Proof of the Converse of Kraft's Theorem So I have already proven Kraft's theorem for ternary trees, and I have been tasked with proving the converse. That is, I need to show that there is a ternary tree with $k$ leaves, such that leaf $i$ is a distance $l_i$ from the root. It is given that: $$ \sum\limits_{i=1}^{k} 3^{-l_i} \leq 1\ $$ I'm not positive where to start with this proof. I understand that each leaf has a probability of $3^{-l_i}$ of being chosen, but every proof I attempt is simply proving Kraft's theorem again. Edit: I was also thinking that it may have something to do with finding a bijection? But I'm not sure if that's the wrong route.

Assume that $\ell_1\le\ldots\le\ell_k$. Start with the full ternary tree $T$ of depth $\ell_k$. Pick a node $v_1$ at depth $\ell_1$ and remove its descendants; $v_1$ will be the leaf at depth $\ell_1$. Its descendants together with $v_1$ itself form a full ternary tree of depth $\ell_k-\ell_1$, so the pruned tree $T_1$ contains a fraction $$3^{-\big(\ell_k-(\ell_k-\ell_1)\big)}=3^{-\ell_1}$$ of the vertices of $T$; those vertices are no longer available as possible choices for the next leaf.

See if you can finish it from there; I’ve sketched the rest in the spoiler-protected paragraph below.

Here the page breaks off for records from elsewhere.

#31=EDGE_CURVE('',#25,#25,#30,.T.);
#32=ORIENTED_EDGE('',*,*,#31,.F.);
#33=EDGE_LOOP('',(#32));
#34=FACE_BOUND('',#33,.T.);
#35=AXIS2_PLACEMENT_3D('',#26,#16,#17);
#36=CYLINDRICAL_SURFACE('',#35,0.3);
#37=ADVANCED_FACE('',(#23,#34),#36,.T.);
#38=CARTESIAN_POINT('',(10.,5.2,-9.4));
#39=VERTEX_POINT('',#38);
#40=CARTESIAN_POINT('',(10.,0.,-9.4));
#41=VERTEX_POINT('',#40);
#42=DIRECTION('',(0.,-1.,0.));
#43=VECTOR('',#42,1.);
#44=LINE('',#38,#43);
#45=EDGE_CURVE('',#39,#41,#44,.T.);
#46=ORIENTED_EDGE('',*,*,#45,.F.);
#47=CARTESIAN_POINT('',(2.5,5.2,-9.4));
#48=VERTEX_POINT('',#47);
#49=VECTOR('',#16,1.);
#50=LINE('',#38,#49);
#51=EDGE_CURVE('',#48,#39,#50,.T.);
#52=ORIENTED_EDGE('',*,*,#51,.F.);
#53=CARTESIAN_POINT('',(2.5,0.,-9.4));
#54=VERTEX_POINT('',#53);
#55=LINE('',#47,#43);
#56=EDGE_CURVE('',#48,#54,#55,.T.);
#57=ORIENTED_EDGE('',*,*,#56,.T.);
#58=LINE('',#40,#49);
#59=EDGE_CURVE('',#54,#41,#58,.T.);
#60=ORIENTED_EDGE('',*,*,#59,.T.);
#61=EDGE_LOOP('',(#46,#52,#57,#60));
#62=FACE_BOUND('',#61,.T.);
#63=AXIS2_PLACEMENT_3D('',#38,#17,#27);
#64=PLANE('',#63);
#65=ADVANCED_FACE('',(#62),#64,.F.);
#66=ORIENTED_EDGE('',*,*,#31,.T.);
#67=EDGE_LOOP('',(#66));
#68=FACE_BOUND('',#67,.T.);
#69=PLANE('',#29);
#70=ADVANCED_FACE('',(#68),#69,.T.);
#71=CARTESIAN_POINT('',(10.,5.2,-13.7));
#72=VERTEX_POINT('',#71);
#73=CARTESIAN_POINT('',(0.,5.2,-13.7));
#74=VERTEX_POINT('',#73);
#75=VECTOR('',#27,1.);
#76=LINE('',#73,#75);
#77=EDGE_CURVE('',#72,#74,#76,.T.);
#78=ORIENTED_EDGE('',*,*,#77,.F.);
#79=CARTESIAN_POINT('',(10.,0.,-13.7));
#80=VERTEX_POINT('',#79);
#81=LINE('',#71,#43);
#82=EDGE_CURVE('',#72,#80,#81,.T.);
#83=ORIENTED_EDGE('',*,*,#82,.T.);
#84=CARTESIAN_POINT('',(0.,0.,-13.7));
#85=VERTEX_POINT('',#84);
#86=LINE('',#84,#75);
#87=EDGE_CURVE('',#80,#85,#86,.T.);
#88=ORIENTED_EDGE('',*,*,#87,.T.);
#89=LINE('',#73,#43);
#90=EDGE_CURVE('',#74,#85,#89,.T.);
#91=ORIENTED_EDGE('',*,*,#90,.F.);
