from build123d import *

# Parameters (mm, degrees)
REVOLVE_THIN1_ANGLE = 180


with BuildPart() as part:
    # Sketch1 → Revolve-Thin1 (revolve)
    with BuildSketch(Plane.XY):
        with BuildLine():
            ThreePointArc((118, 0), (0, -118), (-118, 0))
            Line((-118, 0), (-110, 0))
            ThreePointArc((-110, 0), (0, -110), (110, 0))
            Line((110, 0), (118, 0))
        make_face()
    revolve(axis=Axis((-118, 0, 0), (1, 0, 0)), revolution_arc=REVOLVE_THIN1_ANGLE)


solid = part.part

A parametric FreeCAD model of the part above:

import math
import FreeCAD as App
import Part
import Sketcher

doc = App.newDocument("Part")
params = doc.addObject("Spreadsheet::Sheet", "Params")
for row, (alias, value) in enumerate([
    ("sketch1_radius", "118 mm"),
    ("sketch1_radius2", "110 mm"),
    ("revolution_angle", "180 deg"),
], start=1):
    params.set(f"A{row}", alias)
    params.set(f"B{row}", "=" + value)
    params.setAlias(f"B{row}", alias)

body = doc.addObject("PartDesign::Body", "Body")

sketch1 = body.newObject("Sketcher::SketchObject", "Sketch")
sketch1.AttachmentSupport = (doc.getObject("XY_Plane"), [""])
sketch1.MapMode = "FlatFace"
sketch1.addGeometry(Part.ArcOfCircle(Part.Circle(App.Vector(0, 0, 0), App.Vector(0, 0, 1), 118), math.radians(180), math.radians(360)), False)
sketch1.addGeometry(Part.LineSegment(App.Vector(118, 0, 0), App.Vector(110, 0, 0)), False)
sketch1.addGeometry(Part.ArcOfCircle(Part.Circle(App.Vector(0, 0, 0), App.Vector(0, 0, 1), 110), math.radians(180), math.radians(360)), False)
sketch1.addGeometry(Part.LineSegment(App.Vector(-110, 0, 0), App.Vector(-118, 0, 0)), False)
sketch1.addConstraint(Sketcher.Constraint("Coincident", 0, 2, 1, 1))
sketch1.addConstraint(Sketcher.Constraint("Coincident", 1, 2, 2, 2))
sketch1.addConstraint(Sketcher.Constraint("Coincident", 2, 1, 3, 1))
sketch1.addConstraint(Sketcher.Constraint("Coincident", 3, 2, 0, 1))
sketch1.addConstraint(Sketcher.Constraint("Horizontal", 1))
sketch1.addConstraint(Sketcher.Constraint("Horizontal", 3))
sketch1.addConstraint(Sketcher.Constraint("Coincident", 0, 3, -1, 1))
sketch1.addConstraint(Sketcher.Constraint("Coincident", 2, 3, -1, 1))
sketch1.addConstraint(Sketcher.Constraint("PointOnObject", 0, 2, -1))
sketch1.addConstraint(Sketcher.Constraint("PointOnObject", 2, 1, -1))
sketch1.addConstraint(Sketcher.Constraint("Radius", 0, 118.0))
sketch1.addConstraint(Sketcher.Constraint("Radius", 2, 110.0))
sketch1.setExpression("Constraints[10]", "Params.sketch1_radius")
sketch1.setExpression("Constraints[11]", "Params.sketch1_radius2")
revolution = body.newObject("PartDesign::Revolution", "Revolution")
revolution.Profile = sketch1
revolution.ReferenceAxis = (sketch1, ["H_Axis"])
revolution.setExpression("Angle", "Params.revolution_angle")

doc.recompute()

> Now let $v_2$ be any node of $T_1$ (other than $v_1$) at depth $\ell_2$. Prune the descendants of $v_2$ to yield a subtree $T_2$; these descendants, together with $v_2$, amount to a fraction $3^{-\ell_2}$ of the nodes of the full tree $T$. Continue until you have $T_k$. Your hypothesis ensures that you don’t run out of nodes before that stage. Do a final pruning of any unwanted rubbish.